> Task requirements:
Of the lines in the data below, write out exactly those from the one holding "#86=LINE('',#80,#85);" through the one holding "#129=PLANE('',#128);", both included.

Records contained in a dataset:
------
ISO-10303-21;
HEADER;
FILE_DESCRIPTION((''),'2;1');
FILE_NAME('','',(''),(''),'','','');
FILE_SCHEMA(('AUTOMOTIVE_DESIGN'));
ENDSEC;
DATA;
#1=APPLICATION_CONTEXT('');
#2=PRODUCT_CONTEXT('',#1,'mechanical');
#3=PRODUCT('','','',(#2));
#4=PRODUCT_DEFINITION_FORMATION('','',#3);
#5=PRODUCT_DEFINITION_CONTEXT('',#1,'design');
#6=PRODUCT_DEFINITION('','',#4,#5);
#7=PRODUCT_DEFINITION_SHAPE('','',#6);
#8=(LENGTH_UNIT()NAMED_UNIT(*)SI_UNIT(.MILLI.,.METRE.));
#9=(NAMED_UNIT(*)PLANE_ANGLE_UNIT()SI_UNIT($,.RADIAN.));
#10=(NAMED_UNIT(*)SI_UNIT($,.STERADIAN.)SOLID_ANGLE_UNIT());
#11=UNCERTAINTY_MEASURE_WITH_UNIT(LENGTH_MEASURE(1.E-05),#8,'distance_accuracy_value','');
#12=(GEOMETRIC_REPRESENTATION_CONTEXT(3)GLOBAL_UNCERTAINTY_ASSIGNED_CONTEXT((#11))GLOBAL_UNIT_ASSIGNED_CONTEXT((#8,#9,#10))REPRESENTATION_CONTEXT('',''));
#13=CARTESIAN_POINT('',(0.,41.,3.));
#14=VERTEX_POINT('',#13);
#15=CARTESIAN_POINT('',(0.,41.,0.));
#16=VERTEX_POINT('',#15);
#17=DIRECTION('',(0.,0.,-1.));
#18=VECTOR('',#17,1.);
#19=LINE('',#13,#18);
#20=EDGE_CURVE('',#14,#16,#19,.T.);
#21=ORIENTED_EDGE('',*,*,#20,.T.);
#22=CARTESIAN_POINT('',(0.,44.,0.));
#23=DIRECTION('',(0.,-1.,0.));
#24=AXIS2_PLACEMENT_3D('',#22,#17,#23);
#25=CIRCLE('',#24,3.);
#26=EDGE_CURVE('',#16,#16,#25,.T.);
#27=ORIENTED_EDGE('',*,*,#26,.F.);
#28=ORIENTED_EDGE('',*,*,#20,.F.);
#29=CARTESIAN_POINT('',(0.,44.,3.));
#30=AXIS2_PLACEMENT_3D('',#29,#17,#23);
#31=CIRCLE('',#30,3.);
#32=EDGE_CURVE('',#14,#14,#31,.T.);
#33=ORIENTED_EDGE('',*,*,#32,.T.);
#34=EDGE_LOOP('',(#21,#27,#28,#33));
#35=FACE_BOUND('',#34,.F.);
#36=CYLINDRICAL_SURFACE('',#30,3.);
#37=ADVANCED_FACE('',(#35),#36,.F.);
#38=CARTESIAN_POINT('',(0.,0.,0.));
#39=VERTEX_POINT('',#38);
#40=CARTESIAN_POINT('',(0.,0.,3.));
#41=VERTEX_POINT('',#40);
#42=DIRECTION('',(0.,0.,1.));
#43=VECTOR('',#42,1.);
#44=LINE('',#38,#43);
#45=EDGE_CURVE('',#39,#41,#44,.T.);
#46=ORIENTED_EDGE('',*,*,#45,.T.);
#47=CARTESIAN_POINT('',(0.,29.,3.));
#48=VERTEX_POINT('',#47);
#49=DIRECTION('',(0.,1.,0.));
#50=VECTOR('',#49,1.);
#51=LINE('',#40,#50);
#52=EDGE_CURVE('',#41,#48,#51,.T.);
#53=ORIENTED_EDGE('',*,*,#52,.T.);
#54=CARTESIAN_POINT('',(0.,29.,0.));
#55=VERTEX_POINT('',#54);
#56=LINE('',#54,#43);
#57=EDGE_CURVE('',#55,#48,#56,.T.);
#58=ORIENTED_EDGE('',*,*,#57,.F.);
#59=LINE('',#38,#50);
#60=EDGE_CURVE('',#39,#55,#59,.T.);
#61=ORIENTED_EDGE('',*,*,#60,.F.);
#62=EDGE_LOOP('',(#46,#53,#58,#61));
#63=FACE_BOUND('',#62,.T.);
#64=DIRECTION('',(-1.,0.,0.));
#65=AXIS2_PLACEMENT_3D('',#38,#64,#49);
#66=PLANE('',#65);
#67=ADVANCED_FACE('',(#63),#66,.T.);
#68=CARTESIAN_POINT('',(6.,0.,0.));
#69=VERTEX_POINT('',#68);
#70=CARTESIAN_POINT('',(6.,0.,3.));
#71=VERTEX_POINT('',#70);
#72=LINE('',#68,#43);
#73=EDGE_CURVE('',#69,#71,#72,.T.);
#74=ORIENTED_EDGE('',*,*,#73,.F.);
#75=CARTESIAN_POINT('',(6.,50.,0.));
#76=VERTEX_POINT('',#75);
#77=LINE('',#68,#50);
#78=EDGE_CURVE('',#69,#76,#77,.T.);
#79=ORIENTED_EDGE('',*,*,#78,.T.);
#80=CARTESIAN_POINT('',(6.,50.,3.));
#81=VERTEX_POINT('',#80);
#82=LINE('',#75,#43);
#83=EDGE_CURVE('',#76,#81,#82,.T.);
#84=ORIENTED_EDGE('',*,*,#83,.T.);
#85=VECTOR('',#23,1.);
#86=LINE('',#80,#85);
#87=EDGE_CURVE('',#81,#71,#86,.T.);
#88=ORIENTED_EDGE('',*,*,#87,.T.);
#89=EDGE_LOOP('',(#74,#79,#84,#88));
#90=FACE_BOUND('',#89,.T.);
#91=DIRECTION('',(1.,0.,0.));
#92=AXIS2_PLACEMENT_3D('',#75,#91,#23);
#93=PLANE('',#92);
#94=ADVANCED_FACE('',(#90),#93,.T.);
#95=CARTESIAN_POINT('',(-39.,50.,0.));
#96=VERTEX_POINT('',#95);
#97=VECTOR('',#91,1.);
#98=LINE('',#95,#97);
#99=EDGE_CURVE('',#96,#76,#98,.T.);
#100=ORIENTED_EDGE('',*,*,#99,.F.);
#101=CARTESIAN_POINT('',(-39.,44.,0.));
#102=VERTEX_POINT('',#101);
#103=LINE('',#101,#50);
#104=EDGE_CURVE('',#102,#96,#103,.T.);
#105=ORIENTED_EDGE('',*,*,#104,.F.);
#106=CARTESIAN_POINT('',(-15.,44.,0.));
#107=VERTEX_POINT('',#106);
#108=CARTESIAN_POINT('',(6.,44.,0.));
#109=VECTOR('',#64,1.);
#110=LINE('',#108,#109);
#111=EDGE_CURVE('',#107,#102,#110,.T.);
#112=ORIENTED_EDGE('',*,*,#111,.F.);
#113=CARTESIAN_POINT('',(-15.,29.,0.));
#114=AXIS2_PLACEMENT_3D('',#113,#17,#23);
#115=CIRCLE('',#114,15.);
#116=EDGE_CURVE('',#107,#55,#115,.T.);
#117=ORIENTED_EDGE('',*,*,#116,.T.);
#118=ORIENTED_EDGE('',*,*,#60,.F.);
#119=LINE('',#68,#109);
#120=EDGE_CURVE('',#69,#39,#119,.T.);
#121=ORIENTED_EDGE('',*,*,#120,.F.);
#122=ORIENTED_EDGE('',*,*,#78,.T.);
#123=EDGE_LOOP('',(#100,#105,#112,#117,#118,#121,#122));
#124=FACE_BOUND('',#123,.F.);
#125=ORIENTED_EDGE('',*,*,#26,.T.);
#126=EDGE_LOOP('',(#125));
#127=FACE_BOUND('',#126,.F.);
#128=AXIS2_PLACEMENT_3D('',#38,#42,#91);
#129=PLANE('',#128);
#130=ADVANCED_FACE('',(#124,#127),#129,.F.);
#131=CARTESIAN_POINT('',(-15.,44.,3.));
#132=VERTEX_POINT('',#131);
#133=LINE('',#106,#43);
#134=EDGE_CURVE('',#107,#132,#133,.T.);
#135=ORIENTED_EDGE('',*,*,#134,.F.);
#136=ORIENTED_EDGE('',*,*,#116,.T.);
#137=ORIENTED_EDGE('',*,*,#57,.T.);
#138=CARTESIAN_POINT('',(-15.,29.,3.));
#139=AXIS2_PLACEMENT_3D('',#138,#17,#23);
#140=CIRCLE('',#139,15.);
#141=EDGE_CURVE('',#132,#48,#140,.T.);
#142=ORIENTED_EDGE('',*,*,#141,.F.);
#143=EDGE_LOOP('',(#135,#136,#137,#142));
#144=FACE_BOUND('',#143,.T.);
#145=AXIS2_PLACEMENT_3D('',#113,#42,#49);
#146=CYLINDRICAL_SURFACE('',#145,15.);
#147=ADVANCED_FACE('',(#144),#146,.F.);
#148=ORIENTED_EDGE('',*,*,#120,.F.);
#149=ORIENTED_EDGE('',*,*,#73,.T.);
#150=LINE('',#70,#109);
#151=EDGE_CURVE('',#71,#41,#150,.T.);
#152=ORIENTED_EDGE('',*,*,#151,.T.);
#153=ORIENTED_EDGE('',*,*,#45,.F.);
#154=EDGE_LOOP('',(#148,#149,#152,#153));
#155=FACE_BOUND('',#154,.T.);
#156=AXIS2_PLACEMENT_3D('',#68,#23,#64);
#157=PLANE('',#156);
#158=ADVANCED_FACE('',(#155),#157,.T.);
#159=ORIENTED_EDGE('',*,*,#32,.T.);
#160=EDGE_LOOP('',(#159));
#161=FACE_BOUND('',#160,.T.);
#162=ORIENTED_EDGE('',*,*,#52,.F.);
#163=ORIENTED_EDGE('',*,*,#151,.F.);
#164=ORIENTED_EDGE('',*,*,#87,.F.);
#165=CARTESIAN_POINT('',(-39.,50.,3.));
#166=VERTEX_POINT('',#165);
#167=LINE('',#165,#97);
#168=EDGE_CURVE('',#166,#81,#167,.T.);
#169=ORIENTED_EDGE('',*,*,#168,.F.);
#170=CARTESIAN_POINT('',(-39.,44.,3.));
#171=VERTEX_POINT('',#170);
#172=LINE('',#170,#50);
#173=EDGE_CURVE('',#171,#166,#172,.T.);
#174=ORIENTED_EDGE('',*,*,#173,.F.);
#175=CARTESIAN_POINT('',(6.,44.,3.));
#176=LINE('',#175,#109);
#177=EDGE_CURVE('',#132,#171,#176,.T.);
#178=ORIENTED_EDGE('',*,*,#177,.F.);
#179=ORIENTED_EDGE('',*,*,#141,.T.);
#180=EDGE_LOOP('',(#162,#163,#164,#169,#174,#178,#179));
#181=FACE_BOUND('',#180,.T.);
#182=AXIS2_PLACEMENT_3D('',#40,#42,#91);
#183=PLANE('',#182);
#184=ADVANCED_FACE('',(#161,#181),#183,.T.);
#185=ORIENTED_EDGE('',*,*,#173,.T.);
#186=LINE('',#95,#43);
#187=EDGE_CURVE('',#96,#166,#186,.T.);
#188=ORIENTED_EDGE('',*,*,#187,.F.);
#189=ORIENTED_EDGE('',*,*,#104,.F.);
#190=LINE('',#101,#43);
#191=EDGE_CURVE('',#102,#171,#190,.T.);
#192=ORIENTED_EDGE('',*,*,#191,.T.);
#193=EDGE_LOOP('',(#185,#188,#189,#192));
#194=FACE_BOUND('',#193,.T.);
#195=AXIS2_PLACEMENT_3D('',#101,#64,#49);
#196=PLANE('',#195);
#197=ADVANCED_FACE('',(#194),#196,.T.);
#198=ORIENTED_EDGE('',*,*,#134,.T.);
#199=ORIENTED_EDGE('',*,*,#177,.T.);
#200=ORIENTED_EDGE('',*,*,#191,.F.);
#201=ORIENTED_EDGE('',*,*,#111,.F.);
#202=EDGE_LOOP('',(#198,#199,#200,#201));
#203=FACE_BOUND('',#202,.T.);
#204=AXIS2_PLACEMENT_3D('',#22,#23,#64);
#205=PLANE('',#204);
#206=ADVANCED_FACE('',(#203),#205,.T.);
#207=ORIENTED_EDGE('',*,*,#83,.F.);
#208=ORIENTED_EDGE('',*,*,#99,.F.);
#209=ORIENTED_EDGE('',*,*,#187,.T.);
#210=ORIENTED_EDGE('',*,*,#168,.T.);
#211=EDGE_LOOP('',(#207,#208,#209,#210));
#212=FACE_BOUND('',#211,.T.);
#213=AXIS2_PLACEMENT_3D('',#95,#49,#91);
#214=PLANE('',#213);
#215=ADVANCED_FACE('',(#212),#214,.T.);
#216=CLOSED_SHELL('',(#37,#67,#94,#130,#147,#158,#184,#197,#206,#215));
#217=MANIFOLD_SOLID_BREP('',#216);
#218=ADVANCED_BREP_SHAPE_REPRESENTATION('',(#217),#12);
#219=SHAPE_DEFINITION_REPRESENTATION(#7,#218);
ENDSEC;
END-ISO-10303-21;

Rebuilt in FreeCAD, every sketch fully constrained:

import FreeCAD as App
import Part
import Sketcher
Q = App.Units.Quantity


def edges_at(feature, points):
    """Names of the edges that pass closest to the given points."""
    edges = feature.Shape.Edges
    near = lambda p: min(range(len(edges)), key=lambda i: edges[i].distToShape(Part.Vertex(*p))[0])
    return sorted({f"Edge{near(p) + 1}" for p in points})


def add_polygon(sketch, points):
    """Adds a closed chain of lines whose ends are joined by coincident constraints."""
    first, n = sketch.GeometryCount, len(points)
    for a, b in zip(points, points[1:] + points[:1]):
        sketch.addGeometry(Part.LineSegment(App.Vector(*a, 0), App.Vector(*b, 0)), False)
    for i in range(n):
        sketch.addConstraint(Sketcher.Constraint("Coincident", first + i, 2, first + (i + 1) % n, 1))

doc = App.newDocument("Part")
body = doc.addObject("PartDesign::Body", "Body")

# Sketch on XY plane
sketch1 = body.newObject("Sketcher::SketchObject", "Sketch")
sketch1.AttachmentSupport = (doc.getObject("XY_Plane"), [""])
sketch1.MapMode = "FlatFace"
add_polygon(sketch1, [(6, 50), (-39, 50), (-39, 44), (0, 44), (0, 0), (6, 0)])  # lines 0-5
sketch1.addConstraint([
    Sketcher.Constraint("Horizontal", 0),
    Sketcher.Constraint("Vertical", 1),
    Sketcher.Constraint("Horizontal", 2),
    Sketcher.Constraint("Vertical", 3),
    Sketcher.Constraint("Horizontal", 4),
    Sketcher.Constraint("Vertical", 5),
    Sketcher.Constraint("Coincident", 3, 2, -1, 1),
    Sketcher.Constraint("Equal", 4, 1),
    Sketcher.Constraint("DistanceX", 0, 2, 0, 1, Q("45 mm")),
    Sketcher.Constraint("DistanceX", 4, 1, 4, 2, Q("6 mm")),
    Sketcher.Constraint("DistanceY", 5, 1, 5, 2, Q("50 mm")),
])
pad1 = body.newObject("PartDesign::Pad", "Pad")
pad1.Profile = sketch1
pad1.Length = 3
doc.recompute()

fillet = body.newObject("PartDesign::Fillet", "Fillet")
fillet.Base = (pad1, edges_at(pad1, [(0, 44, 1.5)]))
fillet.Radius = 15

# Sketch on XY plane
sketch2 = body.newObject("Sketcher::SketchObject", "Sketch001")
sketch2.AttachmentSupport = (doc.getObject("XY_Plane"), [""])
sketch2.MapMode = "FlatFace"
sketch2.AttachmentOffset = App.Placement(App.Vector(0, 0, 3), App.Rotation())
sketch2.addGeometry(Part.Circle(App.Vector(0, 44, 0), App.Vector(0, 0, 1), 3), False)
sketch2.addConstraint([
    Sketcher.Constraint("PointOnObject", 0, 3, -2),
    Sketcher.Constraint("Diameter", 0, Q("6 mm")),
    Sketcher.Constraint("DistanceY", -1, 1, 0, 3, Q("44 mm")),
])
doc.recompute()
hole = body.newObject("PartDesign::Hole", "Hole")
hole.Profile = sketch2
hole.ThreadType = "None"
hole.Diameter = 6
hole.DepthType = "ThroughAll"

doc.recompute()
------
> Solution:
#86=LINE('',#80,#85);
#87=EDGE_CURVE('',#81,#71,#86,.T.);
#88=ORIENTED_EDGE('',*,*,#87,.T.);
#89=EDGE_LOOP('',(#74,#79,#84,#88));
#90=FACE_BOUND('',#89,.T.);
#91=DIRECTION('',(1.,0.,0.));
#92=AXIS2_PLACEMENT_3D('',#75,#91,#23);
#93=PLANE('',#92);
#94=ADVANCED_FACE('',(#90),#93,.T.);
#95=CARTESIAN_POINT('',(-39.,50.,0.));
#96=VERTEX_POINT('',#95);
#97=VECTOR('',#91,1.);
#98=LINE('',#95,#97);
#99=EDGE_CURVE('',#96,#76,#98,.T.);
#100=ORIENTED_EDGE('',*,*,#99,.F.);
#101=CARTESIAN_POINT('',(-39.,44.,0.));
#102=VERTEX_POINT('',#101);
#103=LINE('',#101,#50);
#104=EDGE_CURVE('',#102,#96,#103,.T.);
#105=ORIENTED_EDGE('',*,*,#104,.F.);
#106=CARTESIAN_POINT('',(-15.,44.,0.));
#107=VERTEX_POINT('',#106);
#108=CARTESIAN_POINT('',(6.,44.,0.));
#109=VECTOR('',#64,1.);
#110=LINE('',#108,#109);
#111=EDGE_CURVE('',#107,#102,#110,.T.);
#112=ORIENTED_EDGE('',*,*,#111,.F.);
#113=CARTESIAN_POINT('',(-15.,29.,0.));
#114=AXIS2_PLACEMENT_3D('',#113,#17,#23);
#115=CIRCLE('',#114,15.);
#116=EDGE_CURVE('',#107,#55,#115,.T.);
#117=ORIENTED_EDGE('',*,*,#116,.T.);
#118=ORIENTED_EDGE('',*,*,#60,.F.);
#119=LINE('',#68,#109);
#120=EDGE_CURVE('',#69,#39,#119,.T.);
#121=ORIENTED_EDGE('',*,*,#120,.F.);
#122=ORIENTED_EDGE('',*,*,#78,.T.);
#123=EDGE_LOOP('',(#100,#105,#112,#117,#118,#121,#122));
#124=FACE_BOUND('',#123,.F.);
#125=ORIENTED_EDGE('',*,*,#26,.T.);
#126=EDGE_LOOP('',(#125));
#127=FACE_BOUND('',#126,.F.);
#128=AXIS2_PLACEMENT_3D('',#38,#42,#91);
#129=PLANE('',#128);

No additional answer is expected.